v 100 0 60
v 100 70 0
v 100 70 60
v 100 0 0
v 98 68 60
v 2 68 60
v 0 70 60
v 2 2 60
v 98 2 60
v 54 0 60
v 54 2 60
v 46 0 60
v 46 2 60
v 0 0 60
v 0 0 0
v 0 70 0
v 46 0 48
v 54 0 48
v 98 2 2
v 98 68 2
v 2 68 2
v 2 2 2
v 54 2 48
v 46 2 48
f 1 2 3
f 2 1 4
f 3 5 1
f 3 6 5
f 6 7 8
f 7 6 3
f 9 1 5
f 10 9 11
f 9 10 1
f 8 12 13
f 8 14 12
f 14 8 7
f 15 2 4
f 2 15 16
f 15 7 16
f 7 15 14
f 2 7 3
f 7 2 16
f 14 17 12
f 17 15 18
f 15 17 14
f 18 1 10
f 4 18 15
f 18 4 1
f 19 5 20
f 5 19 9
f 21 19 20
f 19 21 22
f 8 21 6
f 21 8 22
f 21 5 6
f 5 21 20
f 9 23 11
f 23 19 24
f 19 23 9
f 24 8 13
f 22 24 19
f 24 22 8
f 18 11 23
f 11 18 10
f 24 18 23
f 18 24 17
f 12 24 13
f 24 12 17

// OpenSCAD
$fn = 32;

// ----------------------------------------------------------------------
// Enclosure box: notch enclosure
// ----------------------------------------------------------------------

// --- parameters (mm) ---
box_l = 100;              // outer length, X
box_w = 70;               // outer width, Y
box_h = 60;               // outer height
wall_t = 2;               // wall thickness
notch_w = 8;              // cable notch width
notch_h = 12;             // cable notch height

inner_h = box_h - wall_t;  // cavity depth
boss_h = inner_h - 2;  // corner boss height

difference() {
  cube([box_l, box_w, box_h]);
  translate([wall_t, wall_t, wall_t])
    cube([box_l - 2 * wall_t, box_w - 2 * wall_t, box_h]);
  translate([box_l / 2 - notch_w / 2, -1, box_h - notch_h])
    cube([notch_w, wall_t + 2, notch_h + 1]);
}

* * * * * * * * *

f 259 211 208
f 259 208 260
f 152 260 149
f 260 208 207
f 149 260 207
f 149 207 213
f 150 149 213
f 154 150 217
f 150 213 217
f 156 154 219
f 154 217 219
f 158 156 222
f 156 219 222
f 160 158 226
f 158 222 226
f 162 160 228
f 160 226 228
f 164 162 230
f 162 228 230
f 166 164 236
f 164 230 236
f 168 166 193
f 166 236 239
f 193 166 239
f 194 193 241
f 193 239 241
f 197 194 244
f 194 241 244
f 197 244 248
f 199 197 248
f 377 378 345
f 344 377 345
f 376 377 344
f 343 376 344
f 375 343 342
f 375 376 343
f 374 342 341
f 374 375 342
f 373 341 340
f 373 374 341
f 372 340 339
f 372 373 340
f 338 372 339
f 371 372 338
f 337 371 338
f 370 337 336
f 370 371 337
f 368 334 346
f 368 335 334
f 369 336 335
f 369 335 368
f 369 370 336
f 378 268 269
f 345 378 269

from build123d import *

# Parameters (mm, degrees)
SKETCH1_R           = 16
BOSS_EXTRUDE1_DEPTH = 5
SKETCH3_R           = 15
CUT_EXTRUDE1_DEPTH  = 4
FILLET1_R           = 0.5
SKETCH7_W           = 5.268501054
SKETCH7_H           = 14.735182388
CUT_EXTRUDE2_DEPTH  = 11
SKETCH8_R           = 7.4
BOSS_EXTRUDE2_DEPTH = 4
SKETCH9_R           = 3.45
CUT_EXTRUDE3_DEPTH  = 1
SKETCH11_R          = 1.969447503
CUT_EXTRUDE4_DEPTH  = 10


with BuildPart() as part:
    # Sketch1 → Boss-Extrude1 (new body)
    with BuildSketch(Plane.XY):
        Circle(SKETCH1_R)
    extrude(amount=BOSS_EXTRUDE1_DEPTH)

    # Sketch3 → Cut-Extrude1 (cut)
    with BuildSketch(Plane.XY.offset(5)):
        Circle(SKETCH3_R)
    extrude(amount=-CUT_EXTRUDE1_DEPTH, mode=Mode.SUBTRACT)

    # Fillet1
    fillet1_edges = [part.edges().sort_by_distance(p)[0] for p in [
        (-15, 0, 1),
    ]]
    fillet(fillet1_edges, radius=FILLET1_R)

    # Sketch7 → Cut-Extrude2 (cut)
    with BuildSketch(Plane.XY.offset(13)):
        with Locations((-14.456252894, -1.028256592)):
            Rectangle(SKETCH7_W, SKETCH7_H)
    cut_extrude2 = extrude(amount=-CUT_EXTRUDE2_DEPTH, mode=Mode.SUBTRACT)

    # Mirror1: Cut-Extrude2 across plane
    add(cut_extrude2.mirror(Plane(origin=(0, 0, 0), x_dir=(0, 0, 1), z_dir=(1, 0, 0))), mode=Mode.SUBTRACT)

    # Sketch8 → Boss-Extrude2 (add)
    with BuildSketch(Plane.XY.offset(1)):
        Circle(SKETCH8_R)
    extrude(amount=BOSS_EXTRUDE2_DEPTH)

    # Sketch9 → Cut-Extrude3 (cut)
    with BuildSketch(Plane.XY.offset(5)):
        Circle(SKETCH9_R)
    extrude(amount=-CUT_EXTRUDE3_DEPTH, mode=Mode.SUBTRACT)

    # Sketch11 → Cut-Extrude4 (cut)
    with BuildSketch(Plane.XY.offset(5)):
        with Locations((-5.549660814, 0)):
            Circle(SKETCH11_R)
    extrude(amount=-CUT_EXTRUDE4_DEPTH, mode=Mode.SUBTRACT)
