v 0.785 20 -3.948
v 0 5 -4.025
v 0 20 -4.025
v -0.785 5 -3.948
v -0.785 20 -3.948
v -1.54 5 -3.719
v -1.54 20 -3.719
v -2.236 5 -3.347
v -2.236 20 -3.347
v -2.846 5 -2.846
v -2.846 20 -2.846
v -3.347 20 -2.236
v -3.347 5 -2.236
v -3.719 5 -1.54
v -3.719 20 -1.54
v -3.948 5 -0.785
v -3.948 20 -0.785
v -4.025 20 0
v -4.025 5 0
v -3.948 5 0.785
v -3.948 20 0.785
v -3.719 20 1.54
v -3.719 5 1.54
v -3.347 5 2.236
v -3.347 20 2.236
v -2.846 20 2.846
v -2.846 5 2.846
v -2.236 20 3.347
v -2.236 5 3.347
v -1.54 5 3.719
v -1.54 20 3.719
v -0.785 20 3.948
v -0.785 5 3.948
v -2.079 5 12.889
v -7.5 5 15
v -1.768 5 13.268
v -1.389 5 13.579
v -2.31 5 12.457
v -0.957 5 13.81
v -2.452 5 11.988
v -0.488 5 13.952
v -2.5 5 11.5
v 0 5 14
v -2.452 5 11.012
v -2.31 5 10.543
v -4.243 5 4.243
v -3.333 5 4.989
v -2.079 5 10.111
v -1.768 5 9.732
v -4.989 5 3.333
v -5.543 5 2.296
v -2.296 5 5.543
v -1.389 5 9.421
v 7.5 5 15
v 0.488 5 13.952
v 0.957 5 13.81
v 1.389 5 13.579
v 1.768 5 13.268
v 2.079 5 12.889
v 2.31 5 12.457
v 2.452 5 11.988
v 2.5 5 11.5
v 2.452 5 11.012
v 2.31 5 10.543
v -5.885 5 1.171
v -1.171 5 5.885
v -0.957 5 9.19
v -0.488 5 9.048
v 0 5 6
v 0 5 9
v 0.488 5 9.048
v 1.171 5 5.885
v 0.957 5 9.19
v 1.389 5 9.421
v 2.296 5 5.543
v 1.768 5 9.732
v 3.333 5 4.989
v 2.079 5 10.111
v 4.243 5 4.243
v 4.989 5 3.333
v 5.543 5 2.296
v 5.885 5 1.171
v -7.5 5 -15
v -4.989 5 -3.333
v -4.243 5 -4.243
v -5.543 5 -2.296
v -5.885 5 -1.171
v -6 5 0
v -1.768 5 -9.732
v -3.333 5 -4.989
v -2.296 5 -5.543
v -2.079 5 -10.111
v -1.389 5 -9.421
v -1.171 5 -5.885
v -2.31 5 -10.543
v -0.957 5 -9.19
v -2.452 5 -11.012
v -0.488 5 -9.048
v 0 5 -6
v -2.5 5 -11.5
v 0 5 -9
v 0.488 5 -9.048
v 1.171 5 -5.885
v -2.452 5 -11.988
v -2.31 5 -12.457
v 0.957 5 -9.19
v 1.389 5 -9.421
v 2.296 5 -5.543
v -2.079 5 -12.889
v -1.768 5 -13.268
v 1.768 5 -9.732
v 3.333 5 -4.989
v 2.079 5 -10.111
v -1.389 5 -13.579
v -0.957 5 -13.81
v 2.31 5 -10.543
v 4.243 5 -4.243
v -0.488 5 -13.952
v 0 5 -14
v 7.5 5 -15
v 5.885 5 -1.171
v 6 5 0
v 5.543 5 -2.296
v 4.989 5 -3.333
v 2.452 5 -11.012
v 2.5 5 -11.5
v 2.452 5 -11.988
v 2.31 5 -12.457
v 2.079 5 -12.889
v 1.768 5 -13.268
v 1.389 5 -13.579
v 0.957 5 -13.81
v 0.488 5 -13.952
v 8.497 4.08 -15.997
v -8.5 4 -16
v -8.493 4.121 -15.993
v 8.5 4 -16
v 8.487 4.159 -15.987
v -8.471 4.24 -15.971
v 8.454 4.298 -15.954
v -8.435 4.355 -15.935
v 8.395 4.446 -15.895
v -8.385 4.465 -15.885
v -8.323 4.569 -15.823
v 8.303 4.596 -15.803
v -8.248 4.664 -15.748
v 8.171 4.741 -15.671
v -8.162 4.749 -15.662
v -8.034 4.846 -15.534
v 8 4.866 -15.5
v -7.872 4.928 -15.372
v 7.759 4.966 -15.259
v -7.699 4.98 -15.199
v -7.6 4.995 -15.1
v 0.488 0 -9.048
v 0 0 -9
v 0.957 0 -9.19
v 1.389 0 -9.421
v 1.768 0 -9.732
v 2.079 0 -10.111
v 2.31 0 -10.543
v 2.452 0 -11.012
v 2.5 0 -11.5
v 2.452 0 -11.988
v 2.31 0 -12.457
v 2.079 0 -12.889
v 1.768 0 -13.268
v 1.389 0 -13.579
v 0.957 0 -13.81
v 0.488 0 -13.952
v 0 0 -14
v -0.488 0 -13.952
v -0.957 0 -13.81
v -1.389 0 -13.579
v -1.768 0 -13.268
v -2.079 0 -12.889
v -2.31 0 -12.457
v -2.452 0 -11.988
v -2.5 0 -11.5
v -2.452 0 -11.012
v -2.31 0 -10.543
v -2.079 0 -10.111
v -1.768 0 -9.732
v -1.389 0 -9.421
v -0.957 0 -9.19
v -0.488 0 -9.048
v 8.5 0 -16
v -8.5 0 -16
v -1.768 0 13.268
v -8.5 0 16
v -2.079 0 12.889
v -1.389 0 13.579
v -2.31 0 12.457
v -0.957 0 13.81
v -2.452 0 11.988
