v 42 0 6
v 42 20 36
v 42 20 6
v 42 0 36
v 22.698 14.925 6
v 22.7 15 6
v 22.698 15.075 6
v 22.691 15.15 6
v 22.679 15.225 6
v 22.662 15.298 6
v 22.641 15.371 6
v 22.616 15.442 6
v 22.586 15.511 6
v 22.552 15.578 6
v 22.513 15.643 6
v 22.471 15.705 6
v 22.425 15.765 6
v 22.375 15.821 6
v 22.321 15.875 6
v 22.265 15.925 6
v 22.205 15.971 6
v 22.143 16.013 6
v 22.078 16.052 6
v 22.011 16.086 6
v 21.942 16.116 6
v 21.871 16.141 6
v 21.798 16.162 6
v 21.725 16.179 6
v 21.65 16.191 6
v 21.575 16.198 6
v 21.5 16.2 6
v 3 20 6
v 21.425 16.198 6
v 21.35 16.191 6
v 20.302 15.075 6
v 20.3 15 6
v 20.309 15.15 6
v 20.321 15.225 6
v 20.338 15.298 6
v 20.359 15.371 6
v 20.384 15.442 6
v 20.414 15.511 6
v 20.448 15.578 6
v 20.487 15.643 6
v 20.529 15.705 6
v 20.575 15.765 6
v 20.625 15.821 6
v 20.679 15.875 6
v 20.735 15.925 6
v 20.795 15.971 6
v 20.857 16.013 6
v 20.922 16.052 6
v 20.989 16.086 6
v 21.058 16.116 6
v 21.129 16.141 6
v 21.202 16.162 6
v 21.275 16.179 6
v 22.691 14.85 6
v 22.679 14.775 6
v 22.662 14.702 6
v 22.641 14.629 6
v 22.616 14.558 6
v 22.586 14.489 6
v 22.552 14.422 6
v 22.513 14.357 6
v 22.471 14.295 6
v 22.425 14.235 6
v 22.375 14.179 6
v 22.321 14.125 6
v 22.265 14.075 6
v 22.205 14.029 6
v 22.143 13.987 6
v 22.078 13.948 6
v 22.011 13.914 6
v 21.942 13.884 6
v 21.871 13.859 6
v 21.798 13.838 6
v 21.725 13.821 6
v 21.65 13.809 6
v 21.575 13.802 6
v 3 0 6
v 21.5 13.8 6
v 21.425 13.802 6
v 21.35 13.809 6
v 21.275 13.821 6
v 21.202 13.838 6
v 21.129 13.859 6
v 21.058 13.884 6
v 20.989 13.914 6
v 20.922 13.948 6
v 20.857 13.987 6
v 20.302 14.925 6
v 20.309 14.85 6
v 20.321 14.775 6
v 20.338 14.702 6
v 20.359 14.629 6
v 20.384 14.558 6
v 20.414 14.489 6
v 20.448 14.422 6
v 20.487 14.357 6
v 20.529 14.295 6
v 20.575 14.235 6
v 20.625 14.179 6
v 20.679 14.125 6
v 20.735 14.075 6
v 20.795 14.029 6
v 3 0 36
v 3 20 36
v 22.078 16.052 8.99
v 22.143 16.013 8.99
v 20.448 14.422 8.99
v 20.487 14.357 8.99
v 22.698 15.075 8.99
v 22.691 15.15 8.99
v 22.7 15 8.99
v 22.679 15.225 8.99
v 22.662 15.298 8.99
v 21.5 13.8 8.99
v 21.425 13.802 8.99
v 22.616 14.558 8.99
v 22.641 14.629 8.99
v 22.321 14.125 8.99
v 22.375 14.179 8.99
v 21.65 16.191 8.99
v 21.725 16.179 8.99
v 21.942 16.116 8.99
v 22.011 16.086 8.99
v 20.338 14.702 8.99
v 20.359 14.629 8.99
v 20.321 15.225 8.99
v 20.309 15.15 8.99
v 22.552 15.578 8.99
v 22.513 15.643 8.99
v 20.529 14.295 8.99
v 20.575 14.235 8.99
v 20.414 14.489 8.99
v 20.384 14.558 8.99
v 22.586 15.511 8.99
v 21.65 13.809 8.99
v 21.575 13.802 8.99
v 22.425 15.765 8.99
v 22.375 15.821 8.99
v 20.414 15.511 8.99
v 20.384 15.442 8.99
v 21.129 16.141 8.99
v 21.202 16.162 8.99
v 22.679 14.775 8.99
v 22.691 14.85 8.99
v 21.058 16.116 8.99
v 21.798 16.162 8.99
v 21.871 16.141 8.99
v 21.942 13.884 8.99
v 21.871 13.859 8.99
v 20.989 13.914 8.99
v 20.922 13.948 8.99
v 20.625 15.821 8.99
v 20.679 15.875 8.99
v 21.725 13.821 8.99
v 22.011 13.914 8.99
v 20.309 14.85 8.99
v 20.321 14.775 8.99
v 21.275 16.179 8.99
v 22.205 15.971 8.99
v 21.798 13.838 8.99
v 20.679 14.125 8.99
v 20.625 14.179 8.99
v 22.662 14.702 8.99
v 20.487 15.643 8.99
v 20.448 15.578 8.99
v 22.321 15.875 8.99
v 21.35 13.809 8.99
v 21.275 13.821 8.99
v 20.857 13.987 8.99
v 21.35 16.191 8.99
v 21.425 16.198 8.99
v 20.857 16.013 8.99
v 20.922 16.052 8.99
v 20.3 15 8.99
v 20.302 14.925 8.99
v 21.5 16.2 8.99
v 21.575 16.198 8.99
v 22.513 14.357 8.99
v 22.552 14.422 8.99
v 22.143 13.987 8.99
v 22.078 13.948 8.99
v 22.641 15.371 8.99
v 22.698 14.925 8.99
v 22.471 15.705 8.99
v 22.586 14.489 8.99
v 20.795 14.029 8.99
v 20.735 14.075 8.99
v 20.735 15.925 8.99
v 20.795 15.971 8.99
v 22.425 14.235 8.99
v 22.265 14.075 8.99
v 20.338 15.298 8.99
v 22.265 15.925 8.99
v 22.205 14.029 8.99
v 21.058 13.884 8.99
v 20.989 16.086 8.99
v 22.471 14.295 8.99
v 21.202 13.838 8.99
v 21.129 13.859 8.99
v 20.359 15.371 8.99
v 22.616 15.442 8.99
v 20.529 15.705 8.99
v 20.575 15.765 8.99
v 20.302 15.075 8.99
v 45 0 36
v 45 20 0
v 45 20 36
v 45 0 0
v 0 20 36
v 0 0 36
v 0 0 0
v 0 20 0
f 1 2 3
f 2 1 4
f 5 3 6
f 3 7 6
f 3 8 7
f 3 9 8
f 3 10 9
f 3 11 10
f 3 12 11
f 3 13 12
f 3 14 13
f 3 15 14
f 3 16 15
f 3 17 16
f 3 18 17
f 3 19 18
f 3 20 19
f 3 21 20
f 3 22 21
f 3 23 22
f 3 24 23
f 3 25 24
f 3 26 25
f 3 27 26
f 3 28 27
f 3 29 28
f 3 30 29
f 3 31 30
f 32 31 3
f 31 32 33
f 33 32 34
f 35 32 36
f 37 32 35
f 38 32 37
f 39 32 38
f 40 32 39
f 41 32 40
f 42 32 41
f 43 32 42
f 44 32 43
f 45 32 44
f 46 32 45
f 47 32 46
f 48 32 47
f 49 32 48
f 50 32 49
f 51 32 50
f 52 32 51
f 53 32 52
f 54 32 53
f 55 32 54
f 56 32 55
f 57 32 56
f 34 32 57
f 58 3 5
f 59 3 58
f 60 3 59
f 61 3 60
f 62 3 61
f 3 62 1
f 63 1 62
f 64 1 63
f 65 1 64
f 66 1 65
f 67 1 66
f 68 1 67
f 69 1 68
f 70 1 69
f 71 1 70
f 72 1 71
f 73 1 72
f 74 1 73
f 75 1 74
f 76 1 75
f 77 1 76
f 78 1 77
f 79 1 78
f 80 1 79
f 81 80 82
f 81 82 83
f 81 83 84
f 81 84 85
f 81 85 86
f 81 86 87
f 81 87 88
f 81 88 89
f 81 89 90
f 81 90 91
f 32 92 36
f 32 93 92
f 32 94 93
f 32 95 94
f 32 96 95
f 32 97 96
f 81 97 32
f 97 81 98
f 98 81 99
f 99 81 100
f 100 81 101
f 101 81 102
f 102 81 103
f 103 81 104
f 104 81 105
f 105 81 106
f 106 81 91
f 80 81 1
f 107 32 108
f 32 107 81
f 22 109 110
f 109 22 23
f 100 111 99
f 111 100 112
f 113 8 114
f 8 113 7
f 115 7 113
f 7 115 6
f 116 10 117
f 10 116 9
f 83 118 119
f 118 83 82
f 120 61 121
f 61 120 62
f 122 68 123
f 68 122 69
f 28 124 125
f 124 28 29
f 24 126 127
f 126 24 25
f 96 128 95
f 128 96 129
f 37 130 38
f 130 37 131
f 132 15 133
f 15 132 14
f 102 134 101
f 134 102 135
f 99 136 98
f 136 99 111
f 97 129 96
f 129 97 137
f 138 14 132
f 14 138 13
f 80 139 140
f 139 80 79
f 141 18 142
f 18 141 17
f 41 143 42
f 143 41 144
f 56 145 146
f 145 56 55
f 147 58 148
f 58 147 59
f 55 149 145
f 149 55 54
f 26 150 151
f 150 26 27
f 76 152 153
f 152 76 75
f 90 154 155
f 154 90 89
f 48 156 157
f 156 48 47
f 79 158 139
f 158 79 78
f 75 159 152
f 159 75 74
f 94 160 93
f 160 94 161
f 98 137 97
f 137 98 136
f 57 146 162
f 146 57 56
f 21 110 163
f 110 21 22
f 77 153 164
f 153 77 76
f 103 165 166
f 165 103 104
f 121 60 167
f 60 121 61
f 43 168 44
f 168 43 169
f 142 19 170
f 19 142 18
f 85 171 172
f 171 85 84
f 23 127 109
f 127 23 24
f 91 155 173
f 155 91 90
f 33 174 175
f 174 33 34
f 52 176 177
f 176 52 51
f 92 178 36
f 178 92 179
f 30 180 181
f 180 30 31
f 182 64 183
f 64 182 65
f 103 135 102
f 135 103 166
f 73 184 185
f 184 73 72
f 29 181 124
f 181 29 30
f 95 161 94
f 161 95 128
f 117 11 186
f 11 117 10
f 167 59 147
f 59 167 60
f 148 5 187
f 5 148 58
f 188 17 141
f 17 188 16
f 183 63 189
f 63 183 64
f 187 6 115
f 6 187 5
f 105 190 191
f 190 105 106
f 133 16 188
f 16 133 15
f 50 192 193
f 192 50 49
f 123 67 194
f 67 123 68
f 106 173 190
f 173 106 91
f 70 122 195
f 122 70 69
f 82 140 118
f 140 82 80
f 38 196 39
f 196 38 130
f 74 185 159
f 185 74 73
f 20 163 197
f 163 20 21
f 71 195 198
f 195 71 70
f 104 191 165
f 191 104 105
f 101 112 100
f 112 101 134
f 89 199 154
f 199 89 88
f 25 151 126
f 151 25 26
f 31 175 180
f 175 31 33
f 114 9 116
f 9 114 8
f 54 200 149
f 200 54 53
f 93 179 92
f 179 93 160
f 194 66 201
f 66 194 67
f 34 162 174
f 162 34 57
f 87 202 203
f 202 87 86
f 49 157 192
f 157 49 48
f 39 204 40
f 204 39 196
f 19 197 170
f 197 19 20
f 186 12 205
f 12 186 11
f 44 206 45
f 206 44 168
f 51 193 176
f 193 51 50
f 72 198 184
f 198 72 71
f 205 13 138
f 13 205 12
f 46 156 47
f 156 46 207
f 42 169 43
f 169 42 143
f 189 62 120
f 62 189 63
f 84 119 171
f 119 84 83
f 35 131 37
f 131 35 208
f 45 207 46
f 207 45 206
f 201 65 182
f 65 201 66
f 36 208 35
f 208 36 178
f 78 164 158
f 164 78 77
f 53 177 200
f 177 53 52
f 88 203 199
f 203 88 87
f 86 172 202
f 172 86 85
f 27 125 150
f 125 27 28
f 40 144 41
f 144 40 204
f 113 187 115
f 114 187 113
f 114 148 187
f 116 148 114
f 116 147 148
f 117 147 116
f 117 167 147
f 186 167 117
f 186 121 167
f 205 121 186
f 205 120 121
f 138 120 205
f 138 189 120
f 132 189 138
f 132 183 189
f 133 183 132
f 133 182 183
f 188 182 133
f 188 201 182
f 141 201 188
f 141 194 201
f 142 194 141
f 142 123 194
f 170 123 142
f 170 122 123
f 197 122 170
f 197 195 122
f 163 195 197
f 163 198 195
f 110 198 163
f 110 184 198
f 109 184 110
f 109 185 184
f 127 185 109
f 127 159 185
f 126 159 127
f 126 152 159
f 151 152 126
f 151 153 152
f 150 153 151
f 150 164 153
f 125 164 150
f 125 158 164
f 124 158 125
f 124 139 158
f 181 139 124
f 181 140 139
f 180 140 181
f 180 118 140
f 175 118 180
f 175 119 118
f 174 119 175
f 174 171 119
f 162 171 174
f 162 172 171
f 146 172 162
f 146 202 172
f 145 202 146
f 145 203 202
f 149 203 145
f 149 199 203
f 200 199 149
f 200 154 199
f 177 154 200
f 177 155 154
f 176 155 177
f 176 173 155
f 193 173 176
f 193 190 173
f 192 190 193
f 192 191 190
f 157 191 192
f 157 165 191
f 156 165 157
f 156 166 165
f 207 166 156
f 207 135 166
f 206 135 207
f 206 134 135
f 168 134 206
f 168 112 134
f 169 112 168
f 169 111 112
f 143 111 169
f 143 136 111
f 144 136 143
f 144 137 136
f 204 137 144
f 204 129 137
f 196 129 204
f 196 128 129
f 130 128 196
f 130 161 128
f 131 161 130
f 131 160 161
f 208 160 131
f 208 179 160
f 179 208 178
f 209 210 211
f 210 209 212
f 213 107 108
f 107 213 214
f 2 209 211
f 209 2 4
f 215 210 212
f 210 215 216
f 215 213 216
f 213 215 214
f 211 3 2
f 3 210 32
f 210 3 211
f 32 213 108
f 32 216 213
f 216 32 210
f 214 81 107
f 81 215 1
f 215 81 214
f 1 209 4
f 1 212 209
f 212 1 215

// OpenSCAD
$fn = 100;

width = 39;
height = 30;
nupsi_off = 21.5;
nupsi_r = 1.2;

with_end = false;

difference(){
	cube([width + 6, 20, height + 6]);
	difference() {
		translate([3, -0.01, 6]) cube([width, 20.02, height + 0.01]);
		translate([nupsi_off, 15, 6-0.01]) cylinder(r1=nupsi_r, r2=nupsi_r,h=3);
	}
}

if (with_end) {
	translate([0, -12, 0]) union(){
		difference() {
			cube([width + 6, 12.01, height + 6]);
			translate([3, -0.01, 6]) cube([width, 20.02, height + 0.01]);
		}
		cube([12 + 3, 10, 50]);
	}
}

* * * * * * * * *

Work to complete
Scan the records above for the word "Circle". Show each line in which it appears.

Response below
        Circle(SKETCH1_R)
        Circle(SKETCH3_R)
        Circle(SKETCH8_R)
        Circle(SKETCH9_R)
            Circle(SKETCH11_R)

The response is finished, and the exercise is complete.